The Group has adopted the following internal control measures over the continuing connected transactions of the Company under the Contract:-

  1. The head of each relevant department of the Group will submit a monthly report on the time spent by the relevant staff in that department in providing the Services and the human resources department of the Group will review and calculate the total amount of the time costs of the relevant staff of the Group based on the applicable hourly charge-out rates stipulated in the Contract. In addition, the head of each relevant department of the Group will also submit monthly/annual report on the usage of the motor vehicles, vessels and car parking spaces etc. and/or the total expenses and costs incurred and calculation of the total Service Charges (as the case may be) for such Services to the finance & accounts department of the Group for their review. The human resources department and the finance & accounts department of the Group will ensure that the Service Charges are charged in accordance with the pricing policies stated in the Contract. Invoice will be issued accordingly with the endorsement of the Group Financial Controller.
  2. The finance & accounts department of the Group is primarily responsible to review and monitor the continuing connected transactions under the Contract to ensure that the Cap is not exceeded.

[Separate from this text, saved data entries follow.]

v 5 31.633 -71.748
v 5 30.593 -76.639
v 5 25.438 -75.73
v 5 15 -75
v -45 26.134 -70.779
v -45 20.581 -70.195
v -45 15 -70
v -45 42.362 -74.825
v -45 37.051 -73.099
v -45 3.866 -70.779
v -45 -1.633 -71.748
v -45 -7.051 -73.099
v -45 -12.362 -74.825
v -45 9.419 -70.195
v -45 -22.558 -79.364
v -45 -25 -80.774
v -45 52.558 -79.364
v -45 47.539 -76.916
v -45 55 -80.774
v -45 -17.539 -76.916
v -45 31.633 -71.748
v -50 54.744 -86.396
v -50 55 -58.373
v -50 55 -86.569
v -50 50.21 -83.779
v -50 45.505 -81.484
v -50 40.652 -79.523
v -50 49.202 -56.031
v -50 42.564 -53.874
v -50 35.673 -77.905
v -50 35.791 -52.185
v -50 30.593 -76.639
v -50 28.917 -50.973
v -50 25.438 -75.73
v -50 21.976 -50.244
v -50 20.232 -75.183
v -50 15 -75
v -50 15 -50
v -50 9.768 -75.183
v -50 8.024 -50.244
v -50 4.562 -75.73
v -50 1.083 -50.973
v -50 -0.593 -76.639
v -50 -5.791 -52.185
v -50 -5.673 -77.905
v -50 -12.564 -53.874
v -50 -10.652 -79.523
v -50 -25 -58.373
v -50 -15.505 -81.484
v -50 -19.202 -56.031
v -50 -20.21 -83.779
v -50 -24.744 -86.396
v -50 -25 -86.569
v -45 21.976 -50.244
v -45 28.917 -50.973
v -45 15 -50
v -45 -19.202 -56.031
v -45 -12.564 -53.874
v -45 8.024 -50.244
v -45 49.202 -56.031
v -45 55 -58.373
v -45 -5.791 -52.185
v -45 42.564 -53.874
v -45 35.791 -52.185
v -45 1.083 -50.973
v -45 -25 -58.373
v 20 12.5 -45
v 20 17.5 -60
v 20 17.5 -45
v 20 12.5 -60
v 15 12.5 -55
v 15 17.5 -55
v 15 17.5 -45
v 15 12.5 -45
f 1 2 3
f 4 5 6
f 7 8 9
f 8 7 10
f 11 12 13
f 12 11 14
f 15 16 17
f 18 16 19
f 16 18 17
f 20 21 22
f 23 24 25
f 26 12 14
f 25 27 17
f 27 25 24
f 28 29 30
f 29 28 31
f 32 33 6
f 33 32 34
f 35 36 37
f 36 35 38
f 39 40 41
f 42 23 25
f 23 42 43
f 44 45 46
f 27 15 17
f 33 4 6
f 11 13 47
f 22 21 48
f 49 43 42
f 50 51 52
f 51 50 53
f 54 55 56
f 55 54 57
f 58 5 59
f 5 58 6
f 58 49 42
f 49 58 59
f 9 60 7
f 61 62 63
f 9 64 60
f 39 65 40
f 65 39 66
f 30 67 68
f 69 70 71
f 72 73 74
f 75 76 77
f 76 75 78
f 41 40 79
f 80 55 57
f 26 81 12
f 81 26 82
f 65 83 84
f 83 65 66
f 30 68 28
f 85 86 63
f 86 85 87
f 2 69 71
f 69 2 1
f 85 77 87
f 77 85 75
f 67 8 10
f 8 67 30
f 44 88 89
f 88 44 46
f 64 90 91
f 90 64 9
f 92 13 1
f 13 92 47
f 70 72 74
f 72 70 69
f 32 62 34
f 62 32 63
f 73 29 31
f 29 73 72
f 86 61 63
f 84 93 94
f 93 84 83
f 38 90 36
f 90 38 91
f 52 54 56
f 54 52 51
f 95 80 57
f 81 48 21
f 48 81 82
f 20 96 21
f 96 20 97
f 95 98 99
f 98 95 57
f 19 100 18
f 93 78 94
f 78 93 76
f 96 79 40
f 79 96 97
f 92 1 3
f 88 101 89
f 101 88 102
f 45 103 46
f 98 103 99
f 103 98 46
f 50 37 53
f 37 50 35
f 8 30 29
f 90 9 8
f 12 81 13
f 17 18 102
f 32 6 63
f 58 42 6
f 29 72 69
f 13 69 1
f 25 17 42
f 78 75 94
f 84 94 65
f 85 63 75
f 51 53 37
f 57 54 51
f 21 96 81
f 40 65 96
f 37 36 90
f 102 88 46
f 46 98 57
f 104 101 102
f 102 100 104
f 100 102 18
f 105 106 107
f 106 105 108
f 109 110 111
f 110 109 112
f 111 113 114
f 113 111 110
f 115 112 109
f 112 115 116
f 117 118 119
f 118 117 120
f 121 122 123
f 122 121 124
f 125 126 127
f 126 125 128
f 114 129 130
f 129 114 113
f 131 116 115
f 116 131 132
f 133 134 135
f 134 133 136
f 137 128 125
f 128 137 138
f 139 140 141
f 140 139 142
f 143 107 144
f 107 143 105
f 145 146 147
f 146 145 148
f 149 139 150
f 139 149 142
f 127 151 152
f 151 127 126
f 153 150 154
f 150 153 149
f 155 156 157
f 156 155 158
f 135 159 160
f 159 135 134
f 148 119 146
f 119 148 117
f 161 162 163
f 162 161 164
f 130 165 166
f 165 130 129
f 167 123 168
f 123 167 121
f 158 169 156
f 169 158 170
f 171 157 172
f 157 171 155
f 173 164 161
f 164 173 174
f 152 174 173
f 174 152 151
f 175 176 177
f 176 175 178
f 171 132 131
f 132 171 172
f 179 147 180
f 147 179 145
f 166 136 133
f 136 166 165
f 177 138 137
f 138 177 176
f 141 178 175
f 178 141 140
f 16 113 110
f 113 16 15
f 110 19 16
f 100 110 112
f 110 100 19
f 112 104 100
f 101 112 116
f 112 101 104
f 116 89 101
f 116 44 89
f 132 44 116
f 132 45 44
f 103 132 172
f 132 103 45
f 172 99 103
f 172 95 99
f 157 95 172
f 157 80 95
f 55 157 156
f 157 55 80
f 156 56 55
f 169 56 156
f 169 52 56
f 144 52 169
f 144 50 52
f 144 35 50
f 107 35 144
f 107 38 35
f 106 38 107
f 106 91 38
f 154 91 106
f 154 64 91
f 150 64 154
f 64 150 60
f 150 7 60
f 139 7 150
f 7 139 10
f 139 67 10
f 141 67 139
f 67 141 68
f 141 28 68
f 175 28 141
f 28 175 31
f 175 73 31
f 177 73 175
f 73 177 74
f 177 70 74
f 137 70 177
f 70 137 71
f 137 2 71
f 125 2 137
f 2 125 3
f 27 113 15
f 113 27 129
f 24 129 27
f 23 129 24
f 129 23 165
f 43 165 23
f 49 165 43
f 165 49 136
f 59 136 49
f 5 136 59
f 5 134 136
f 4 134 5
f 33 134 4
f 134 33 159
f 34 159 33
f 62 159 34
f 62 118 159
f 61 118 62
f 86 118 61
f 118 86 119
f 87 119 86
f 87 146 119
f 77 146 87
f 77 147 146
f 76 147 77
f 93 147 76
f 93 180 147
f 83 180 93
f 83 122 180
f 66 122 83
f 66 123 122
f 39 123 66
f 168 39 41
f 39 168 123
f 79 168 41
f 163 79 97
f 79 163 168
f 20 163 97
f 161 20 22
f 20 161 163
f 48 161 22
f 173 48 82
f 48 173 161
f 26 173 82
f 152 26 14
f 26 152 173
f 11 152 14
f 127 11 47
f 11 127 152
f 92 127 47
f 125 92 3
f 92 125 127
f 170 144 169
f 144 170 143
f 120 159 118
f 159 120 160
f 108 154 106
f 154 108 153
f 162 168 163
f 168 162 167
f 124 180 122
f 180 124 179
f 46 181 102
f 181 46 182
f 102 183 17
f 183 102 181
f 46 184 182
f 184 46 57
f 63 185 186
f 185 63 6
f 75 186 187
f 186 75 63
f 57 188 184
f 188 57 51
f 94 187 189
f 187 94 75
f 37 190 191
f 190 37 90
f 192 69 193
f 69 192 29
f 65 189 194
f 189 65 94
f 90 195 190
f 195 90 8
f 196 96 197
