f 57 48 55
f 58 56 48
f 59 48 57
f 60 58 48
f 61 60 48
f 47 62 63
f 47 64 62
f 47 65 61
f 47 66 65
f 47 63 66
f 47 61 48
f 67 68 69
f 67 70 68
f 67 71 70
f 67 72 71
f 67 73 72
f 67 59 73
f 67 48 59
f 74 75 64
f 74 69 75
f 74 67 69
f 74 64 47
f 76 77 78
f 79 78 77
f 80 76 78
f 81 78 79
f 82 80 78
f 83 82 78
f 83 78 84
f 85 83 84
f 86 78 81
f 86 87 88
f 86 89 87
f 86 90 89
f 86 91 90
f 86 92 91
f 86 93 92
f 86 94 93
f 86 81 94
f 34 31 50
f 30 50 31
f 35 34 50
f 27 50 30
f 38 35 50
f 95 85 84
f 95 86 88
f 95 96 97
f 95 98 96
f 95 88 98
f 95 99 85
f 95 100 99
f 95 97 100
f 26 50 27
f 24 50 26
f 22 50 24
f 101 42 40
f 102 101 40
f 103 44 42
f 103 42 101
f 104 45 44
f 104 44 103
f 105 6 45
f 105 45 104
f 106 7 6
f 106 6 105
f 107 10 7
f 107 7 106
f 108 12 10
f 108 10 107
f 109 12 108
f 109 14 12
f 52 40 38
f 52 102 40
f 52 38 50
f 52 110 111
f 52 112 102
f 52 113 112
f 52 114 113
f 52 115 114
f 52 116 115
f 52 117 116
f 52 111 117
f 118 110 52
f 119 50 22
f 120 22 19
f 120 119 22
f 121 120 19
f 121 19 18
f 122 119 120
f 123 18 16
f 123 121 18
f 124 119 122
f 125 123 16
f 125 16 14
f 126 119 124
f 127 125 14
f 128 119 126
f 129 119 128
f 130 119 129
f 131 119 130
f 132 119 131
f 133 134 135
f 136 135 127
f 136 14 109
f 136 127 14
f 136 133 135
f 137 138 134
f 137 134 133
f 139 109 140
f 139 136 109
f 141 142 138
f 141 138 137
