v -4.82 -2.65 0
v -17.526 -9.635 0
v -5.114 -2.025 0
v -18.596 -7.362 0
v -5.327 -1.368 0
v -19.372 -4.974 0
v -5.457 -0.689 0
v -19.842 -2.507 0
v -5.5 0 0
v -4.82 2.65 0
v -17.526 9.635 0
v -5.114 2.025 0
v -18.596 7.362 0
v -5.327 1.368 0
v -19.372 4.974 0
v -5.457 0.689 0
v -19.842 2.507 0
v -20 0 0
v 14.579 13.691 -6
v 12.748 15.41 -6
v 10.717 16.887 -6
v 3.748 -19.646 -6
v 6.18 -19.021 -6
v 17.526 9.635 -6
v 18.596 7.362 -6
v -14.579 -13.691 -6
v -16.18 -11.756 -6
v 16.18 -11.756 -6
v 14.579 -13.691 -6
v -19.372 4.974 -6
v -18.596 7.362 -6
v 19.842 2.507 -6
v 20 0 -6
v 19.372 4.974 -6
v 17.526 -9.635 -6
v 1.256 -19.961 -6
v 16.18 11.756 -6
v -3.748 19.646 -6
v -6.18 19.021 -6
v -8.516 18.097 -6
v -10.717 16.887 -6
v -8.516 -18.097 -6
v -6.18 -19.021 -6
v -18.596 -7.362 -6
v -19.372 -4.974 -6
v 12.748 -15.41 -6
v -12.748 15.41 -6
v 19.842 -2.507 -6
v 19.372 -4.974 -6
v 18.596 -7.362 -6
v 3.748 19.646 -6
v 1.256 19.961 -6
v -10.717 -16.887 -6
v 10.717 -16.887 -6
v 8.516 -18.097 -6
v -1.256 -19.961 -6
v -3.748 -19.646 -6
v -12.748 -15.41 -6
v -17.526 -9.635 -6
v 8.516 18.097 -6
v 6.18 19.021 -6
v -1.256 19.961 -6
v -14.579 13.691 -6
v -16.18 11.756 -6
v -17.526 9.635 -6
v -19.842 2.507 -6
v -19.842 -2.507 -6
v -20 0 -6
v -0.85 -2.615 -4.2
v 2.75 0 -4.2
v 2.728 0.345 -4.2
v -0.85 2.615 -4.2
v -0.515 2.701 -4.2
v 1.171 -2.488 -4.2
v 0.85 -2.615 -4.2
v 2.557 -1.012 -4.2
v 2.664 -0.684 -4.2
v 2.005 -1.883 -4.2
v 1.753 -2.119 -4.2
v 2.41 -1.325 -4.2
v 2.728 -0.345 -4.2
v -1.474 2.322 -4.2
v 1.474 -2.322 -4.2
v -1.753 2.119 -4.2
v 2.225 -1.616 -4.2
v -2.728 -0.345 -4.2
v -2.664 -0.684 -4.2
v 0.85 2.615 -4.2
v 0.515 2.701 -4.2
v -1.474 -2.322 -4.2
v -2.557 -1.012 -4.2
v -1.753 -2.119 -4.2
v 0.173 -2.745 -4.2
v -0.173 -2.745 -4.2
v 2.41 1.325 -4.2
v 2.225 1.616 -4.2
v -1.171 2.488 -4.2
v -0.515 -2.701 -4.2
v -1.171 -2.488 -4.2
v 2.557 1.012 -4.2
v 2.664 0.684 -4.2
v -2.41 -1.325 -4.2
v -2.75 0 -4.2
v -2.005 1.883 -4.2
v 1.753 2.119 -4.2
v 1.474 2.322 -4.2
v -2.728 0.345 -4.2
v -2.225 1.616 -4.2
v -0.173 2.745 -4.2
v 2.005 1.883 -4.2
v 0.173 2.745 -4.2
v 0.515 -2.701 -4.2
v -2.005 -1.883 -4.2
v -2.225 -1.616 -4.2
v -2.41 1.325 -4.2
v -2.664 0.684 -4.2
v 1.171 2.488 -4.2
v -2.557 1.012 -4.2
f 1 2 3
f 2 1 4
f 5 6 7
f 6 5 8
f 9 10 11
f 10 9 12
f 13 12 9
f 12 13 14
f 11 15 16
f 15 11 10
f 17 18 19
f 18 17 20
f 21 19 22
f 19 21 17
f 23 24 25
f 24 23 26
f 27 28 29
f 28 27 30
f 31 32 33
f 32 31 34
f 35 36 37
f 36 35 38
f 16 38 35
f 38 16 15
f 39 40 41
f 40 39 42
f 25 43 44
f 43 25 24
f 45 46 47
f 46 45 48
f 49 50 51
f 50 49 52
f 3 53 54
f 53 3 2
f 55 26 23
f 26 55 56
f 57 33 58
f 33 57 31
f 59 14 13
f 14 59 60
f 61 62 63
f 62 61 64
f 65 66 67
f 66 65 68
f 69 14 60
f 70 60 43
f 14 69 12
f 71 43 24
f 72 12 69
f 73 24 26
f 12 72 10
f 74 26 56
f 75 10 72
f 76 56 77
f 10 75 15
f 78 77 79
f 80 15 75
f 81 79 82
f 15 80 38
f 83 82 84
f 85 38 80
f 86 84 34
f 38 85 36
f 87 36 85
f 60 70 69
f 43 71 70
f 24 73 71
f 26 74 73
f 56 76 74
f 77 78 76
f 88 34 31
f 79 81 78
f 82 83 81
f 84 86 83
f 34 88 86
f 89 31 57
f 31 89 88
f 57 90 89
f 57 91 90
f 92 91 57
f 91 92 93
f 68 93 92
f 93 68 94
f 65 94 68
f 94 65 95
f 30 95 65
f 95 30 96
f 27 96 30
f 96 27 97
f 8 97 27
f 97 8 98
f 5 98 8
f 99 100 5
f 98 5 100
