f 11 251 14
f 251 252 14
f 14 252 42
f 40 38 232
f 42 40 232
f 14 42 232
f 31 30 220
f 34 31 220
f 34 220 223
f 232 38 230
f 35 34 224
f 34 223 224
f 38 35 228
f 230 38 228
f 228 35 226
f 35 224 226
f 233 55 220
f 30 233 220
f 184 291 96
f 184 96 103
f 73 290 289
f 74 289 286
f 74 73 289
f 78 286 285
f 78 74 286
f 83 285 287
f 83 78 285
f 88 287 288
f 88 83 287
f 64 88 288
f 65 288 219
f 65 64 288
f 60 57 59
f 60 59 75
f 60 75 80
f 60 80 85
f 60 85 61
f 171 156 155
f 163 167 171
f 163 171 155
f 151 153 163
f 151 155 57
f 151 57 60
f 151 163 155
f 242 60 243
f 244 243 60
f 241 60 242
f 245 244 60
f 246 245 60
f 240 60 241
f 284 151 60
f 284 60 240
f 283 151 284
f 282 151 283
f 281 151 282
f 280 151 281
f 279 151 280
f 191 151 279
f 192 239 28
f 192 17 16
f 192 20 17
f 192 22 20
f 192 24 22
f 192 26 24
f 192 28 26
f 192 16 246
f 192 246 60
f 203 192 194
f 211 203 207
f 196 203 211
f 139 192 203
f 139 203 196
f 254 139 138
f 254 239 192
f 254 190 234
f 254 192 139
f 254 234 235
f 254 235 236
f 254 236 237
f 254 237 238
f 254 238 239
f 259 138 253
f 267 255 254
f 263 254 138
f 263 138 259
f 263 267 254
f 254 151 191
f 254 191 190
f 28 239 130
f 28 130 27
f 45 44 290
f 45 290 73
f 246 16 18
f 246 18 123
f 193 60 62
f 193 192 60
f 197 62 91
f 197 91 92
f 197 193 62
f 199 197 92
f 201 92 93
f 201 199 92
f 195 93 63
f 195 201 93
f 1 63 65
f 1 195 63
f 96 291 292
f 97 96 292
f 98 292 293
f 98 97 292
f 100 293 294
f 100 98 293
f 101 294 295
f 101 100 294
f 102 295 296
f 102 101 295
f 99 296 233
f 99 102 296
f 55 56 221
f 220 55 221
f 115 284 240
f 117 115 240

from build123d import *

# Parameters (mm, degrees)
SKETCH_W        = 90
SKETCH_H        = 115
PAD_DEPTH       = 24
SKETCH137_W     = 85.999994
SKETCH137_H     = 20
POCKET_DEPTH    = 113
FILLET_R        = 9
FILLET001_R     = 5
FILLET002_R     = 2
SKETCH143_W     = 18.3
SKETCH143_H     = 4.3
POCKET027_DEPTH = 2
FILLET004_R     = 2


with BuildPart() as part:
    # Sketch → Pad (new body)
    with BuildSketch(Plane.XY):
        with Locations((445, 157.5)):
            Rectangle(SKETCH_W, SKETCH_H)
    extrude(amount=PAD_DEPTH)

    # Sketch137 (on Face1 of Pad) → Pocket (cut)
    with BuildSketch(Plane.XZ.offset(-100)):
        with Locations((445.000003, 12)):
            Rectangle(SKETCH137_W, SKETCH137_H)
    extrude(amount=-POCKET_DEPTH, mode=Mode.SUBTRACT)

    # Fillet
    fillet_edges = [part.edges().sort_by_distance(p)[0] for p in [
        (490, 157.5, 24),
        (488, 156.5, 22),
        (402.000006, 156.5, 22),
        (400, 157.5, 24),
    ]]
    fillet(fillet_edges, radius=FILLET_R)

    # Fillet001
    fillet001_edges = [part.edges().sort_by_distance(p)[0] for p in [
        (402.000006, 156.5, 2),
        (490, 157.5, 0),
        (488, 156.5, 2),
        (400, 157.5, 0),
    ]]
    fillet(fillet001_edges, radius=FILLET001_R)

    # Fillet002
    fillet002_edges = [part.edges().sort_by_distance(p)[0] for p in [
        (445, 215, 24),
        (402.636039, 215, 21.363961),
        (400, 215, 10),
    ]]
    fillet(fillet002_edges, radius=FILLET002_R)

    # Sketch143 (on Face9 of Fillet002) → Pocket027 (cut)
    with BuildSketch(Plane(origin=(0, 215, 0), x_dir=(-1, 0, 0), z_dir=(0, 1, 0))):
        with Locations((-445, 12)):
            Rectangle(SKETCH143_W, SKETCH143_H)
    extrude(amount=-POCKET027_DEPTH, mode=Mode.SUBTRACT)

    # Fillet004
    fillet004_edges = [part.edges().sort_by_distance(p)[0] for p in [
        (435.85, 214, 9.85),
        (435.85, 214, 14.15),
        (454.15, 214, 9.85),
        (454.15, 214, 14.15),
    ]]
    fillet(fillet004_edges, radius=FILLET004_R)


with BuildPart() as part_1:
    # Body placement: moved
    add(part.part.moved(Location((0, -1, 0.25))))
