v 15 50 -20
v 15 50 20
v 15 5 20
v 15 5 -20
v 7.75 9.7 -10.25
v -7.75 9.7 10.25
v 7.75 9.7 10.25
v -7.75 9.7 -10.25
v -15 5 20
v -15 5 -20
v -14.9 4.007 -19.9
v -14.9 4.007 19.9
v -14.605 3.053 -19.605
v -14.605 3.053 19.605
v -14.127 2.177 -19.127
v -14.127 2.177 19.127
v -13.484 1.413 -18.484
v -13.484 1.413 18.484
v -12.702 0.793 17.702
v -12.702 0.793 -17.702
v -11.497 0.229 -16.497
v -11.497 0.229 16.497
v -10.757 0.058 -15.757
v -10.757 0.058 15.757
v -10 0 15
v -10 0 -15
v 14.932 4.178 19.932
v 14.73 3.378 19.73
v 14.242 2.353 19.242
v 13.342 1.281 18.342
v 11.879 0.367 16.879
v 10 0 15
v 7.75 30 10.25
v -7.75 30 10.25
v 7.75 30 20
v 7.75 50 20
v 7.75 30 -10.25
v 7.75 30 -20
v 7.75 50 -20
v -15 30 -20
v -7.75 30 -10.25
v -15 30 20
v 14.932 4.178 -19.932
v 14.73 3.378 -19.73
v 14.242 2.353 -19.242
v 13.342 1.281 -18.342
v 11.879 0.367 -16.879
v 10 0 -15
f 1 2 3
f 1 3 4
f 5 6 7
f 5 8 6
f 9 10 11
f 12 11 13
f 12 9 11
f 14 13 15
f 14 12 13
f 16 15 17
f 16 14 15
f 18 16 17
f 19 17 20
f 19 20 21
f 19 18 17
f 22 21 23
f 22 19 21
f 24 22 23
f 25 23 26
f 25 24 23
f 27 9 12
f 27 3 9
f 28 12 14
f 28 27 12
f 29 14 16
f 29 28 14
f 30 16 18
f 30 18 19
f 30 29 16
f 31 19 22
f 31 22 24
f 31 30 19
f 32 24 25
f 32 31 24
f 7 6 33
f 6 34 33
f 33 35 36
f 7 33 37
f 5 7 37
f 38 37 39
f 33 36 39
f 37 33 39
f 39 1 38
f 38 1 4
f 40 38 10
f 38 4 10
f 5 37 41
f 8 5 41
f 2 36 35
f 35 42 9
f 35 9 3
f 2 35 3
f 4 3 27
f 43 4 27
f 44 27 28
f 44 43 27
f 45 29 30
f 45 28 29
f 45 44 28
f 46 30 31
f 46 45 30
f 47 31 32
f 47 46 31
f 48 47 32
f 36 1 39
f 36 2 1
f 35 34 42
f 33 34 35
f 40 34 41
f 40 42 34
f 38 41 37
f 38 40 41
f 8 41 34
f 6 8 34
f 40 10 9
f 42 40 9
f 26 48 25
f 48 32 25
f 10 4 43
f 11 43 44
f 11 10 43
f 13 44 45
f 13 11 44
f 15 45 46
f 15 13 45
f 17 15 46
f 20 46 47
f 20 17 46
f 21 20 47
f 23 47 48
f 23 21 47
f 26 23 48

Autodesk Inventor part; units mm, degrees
ref_plane "YZ Plane" through (0, 0, 0) normal (1, 0, 0) x (0, 1, 0)
ref_plane "XZ Plane" through (0, 0, 0) normal (0, 1, 0) x (-1, 0, 0)
ref_plane "XY Plane" through (0, 0, 0) normal (0, 0, 1) x (1, 0, 0)
sketch "Sketch1" plane through (0, 0, 0) normal (0, 1, 0) x (-1, 0, 0)
  line L0 (15, 20) -> (-15, 20)
  line L1 (-15, 20) -> (-15, -20)
  line L2 (-15, -20) -> (15, -20)
  line L3 (15, -20) -> (15, 20)
  line L4 (15, 20) -> (-15, -20) construction
  line L5 (-15, 20) -> (15, -20) construction
  point P0 (0, 0)
  dimension "d0" = 30
  dimension "d1" = 40
extrude "Extrusion1" add sketch "Sketch1" along normal blind 50
sketch "Sketch2" plane through (0, 50, 0) normal (0, 1, 0) x (1, 0, 0)
  line L0 (-7.75, -25.4) -> (7.75, -25.4)
  line L1 (7.75, -25.4) -> (7.75, 25.4)
  line L2 (7.75, 25.4) -> (-7.75, 25.4)
  line L3 (-7.75, 25.4) -> (-7.75, -25.4)
  line L4 (-7.75, -25.4) -> (7.75, 25.4) construction
  line L5 (7.75, -25.4) -> (-7.75, 25.4) construction
  point P0 (0, 0)
  dimension "d4" = 15.5
extrude "Extrusion2" cut sketch "Sketch2" against normal blind 20
sketch "Sketch3" plane through (0, 30, 0) normal (0, 1, 0) x (1, 0, 0)
  line L0 (-7.75, -10.25) -> (7.75, -10.25)
  line L1 (7.75, -10.25) -> (7.75, 10.25)
  line L2 (7.75, 10.25) -> (-7.75, 10.25)
  line L3 (-7.75, 10.25) -> (-7.75, -10.25)
  line L4 (-7.75, -10.25) -> (7.75, 10.25) construction
  line L5 (7.75, -10.25) -> (-7.75, 10.25) construction
  point P0 (0, 0)
  dimension "d7" = 15.5
  dimension "d8" = 20.5
extrude "Extrusion3" cut sketch "Sketch3" against normal blind 20.3
fillet "Fillet1" radius 5 4 edges at (15, 0, 0) (-15, 0, 0) (0, 0, 20) (0, 0, -20)
sketch "Sketch4" plane through (0, 50, 0) normal (0, 1, 0) x (1, 0, 0)
  line L0 (-7.75, -20) -> (-7.75, 20) projected
  line L1 (-7.75, 20) -> (-15, 20) projected
  line L2 (-15, 20) -> (-15, -20) projected
  line L3 (-15, -20) -> (-7.75, -20) projected
  point P0 (0, 0)
extrude "Extrusion4" cut sketch "Sketch4" against normal blind 20
properties part number "SEGURO DE GUIA DE TAPA PRINCIPAL"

  3. The independent non-executive Directors and the Company's external auditors will conduct annual review on the continuing connected transactions contemplated under the Contract to confirm that, among others, such transactions are in accordance with the pricing polices stated in the Contract and have been entered into in accordance with the Contract and in accordance with Rule 14A.55 and Rule 14A.56 of the Listing Rules respectively. They will review the hourly charge-out rates and the Margin annually to ensure that they are fair and reasonable and not less favourable to the Company than those offered to independent third parties.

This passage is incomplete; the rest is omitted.